Tencent Earnings Preview: Gaming and Working From Home During COVID-19 Will Push Earnings Up
Tencent OTCMKTS:TCEHY, HKG:0700 is scheduled to report earnings before the market opens in New York on March 18, and the company is predicted to post solid profits as its cloud services and gaming division is in peak demand as people in China self-isolate during the COVID-19 pandemic.
Driving this expected growth in earnings is an uptick in demand for Tencent’s work platform WeChat Work as well as Tencent Conference. According to data from SensorTower, downloads for both spiked in early February as most of China was put into lockdown and quarantine and white-collar workers forced to work from home. The data shows that downloads of WeChat Work hit approximately 400,000 a day in early February before spiking again in mid-February as quarantine orders cascaded around the country. Downloads for Tencent Conference followed a similar pattern, as did downloads for Alibaba-owned DingTalk.
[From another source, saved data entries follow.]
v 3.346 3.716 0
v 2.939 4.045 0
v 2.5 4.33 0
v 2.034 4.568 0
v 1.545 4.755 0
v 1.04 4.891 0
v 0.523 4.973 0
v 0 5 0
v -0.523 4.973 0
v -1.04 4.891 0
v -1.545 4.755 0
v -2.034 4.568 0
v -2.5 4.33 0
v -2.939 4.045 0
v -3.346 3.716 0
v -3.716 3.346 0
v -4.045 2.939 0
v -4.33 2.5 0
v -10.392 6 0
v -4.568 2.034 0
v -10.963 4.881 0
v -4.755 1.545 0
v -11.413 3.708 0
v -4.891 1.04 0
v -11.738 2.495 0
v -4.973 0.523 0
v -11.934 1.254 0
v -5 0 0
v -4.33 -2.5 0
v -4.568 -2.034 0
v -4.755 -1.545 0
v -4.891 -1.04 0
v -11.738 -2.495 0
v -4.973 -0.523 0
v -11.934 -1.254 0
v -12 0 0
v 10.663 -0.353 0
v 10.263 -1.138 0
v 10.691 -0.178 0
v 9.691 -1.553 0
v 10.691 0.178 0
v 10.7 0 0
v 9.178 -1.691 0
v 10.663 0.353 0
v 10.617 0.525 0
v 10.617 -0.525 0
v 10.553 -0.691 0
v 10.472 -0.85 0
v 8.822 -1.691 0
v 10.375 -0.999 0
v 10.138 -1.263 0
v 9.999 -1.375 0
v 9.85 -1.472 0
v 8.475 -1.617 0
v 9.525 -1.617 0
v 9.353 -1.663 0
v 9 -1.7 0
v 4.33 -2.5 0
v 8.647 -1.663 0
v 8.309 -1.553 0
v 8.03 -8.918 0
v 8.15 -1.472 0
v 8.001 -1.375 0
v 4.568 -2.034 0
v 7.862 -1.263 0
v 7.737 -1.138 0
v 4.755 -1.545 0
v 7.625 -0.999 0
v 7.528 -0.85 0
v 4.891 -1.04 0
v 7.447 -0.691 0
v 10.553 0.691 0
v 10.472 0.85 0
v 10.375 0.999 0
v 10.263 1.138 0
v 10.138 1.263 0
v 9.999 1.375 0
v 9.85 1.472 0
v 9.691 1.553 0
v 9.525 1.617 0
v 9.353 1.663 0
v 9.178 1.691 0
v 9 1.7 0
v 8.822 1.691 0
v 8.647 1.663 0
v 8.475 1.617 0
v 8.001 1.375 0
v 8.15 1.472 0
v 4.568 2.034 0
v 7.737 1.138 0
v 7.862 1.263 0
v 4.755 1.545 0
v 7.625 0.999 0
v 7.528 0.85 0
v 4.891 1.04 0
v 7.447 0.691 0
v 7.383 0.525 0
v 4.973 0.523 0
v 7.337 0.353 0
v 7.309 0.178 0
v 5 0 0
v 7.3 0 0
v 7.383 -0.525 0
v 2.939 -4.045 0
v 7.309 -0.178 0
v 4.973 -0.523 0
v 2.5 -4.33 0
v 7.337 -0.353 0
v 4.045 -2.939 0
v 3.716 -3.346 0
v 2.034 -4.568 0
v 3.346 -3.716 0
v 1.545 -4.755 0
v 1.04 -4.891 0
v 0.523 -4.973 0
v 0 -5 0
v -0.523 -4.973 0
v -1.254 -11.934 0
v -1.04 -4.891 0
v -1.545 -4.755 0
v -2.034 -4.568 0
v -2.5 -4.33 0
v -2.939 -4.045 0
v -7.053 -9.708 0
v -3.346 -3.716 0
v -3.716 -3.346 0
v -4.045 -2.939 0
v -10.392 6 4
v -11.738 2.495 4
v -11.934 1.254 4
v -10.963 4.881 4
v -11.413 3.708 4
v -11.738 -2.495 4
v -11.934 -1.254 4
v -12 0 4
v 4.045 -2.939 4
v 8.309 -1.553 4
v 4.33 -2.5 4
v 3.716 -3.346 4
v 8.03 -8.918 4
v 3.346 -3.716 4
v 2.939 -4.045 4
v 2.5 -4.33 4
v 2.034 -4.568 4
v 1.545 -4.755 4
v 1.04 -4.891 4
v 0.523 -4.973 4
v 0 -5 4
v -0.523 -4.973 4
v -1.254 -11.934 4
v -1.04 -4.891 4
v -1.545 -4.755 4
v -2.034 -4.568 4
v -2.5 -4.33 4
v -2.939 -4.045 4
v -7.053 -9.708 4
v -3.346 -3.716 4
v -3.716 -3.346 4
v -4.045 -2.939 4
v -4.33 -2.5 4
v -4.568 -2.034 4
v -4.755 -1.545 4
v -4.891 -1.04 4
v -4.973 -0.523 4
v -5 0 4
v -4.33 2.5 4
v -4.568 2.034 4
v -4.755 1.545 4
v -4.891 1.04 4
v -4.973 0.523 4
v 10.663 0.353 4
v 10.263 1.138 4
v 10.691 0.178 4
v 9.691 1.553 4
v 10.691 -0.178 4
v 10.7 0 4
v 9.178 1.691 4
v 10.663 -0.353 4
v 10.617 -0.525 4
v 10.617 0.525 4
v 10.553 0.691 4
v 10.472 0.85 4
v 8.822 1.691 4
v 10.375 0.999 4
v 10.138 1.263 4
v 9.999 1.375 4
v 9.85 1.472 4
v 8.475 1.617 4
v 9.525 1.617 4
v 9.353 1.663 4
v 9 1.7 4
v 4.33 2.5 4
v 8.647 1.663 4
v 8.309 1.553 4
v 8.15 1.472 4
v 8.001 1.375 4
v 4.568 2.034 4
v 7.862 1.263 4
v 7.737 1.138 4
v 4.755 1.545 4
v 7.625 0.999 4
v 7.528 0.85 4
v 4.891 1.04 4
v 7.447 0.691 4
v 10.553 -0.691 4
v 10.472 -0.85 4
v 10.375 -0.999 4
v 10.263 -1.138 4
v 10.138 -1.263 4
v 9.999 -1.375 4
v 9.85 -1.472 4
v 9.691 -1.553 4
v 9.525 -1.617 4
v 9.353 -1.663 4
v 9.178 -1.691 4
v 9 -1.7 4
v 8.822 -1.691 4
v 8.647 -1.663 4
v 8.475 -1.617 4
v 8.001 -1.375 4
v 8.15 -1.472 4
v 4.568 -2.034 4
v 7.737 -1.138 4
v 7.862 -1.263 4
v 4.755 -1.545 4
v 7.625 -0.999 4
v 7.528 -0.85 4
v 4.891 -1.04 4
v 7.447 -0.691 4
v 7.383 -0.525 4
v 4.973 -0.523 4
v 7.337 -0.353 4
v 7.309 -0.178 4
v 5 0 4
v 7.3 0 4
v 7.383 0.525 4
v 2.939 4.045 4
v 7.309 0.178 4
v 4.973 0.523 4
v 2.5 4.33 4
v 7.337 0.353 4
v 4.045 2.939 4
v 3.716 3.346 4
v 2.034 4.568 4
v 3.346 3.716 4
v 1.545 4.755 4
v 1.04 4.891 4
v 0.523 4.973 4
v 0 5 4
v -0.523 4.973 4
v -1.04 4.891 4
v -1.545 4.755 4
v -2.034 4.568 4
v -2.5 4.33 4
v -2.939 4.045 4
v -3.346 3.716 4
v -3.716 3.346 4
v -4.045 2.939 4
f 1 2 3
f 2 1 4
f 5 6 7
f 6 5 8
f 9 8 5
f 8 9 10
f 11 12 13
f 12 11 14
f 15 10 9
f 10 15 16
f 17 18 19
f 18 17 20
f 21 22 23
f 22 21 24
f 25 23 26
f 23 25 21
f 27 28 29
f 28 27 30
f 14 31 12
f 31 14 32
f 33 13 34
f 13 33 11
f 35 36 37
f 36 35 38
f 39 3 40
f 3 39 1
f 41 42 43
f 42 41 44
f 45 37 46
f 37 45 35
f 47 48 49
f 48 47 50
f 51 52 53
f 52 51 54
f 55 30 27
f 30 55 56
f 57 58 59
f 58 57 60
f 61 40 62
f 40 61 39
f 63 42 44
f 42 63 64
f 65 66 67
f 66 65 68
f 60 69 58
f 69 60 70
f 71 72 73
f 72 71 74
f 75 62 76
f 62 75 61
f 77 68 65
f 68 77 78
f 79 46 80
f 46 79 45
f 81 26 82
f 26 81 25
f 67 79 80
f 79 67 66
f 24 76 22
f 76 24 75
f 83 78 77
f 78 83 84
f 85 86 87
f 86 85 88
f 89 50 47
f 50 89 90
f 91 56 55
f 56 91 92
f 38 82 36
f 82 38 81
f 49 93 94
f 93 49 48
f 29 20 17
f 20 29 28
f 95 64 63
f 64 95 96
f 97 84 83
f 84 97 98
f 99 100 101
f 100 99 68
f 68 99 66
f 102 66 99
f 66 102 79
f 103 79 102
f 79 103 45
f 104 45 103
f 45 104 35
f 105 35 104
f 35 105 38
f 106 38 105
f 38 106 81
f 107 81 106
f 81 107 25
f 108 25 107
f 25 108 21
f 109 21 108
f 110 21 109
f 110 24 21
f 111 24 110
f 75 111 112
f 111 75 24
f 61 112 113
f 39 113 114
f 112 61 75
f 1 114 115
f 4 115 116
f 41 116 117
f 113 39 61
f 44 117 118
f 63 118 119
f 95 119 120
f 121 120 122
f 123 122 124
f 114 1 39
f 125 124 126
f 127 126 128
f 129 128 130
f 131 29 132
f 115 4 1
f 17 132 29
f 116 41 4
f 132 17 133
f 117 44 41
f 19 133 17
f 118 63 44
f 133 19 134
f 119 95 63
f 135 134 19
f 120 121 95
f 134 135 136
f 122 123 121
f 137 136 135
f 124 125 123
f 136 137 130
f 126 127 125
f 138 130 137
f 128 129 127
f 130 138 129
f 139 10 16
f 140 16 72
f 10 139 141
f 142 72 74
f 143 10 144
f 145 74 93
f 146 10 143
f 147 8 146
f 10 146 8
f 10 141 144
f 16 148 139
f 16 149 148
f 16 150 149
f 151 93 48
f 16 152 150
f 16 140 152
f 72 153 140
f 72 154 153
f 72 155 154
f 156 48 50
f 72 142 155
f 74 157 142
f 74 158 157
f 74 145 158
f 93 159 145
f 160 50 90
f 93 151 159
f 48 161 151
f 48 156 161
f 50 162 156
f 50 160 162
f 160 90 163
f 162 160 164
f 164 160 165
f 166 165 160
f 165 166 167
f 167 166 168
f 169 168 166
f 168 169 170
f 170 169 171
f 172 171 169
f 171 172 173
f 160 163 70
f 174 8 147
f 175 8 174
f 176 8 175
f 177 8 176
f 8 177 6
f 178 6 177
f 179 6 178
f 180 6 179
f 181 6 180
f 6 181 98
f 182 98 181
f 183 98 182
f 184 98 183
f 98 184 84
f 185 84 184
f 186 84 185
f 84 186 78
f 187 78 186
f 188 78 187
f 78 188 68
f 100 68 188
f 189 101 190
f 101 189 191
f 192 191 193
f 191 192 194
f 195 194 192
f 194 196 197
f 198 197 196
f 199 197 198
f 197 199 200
Gaming also enjoyed a similar spike, however as the pandemic wore on, downloads slid as the install base reached its peak and gamers got bored of the available titles. According to Sensor Tower data, by the end of last week, Peacekeeper Elite was down 12% while Honor of Kings slid 34%. Given that China is only now slowly getting back to work, Tencent will be facing a backlog of license approvals for its co-owned games from the US such as the new Call of Duty mobile game.
During the past quarter, Tencent also won approval to publish two additional Nintendo Switch games (it brought the console into China as a joint venture with Nintendo TYO:7974 Super Mario Odyssey and Mario Kart 8 Deluxe, bringing the total number of approved games to three.
Analysts are predicting earnings per share to come in at 39 cents for the quarter, which would represent a 30% growth in revenue compared to March 2019, the same time last year. Last quarter -- at the height of the trade war -- Tencent reported revenue slightly under expectations with earnings of 36 cents per share on revenue of $13.75 billion. Analysts expected adjusted earnings of 36 cents but revenue of $13.9 billion. Despite the narrative of the trade war casting a shadow on earnings of Chinese companies revenue still jumped 21%.
How Are the Funds Treating Tencent?
It’s too early to tell how US-based institutional investors would be treating Tencent in response to the outbreak of COVID-19, as the funds won’t be filing the required disclosures until next month. However, in response to Tencent’s latest earnings, institutions trimmed down their holdings between the end of September and December 31 2019 by approximately 1.7%. This is a non-substantial fluctuation and may simply be the product of seasonal realignment by fund managers.
Over in Hong Kong, many of the largest institutional investors trimmed their holdings of Tencent stock between January 1 and March 17 while HSBC increased its holdings from nearly 1.7 million shares on Jan 1 to 2.5 million on March 17. This means that the bank when from owning 18% of its shares to approximately 26.4%. Standard Chartered nearly cut its holdings dramatically, as it owned 1.2 million shares on January 1, or 12.8% of shares, and as of March 17 owned just over 456,000,000 shares or 4.78%.
While many Hong Kong-based fund managers trimmed their holdings of Tencent, HSBC bought up what was available so the overall reduction in holdings follows a similar pattern to that of the US.
Tencent is due to report earnings before the bell on March 18.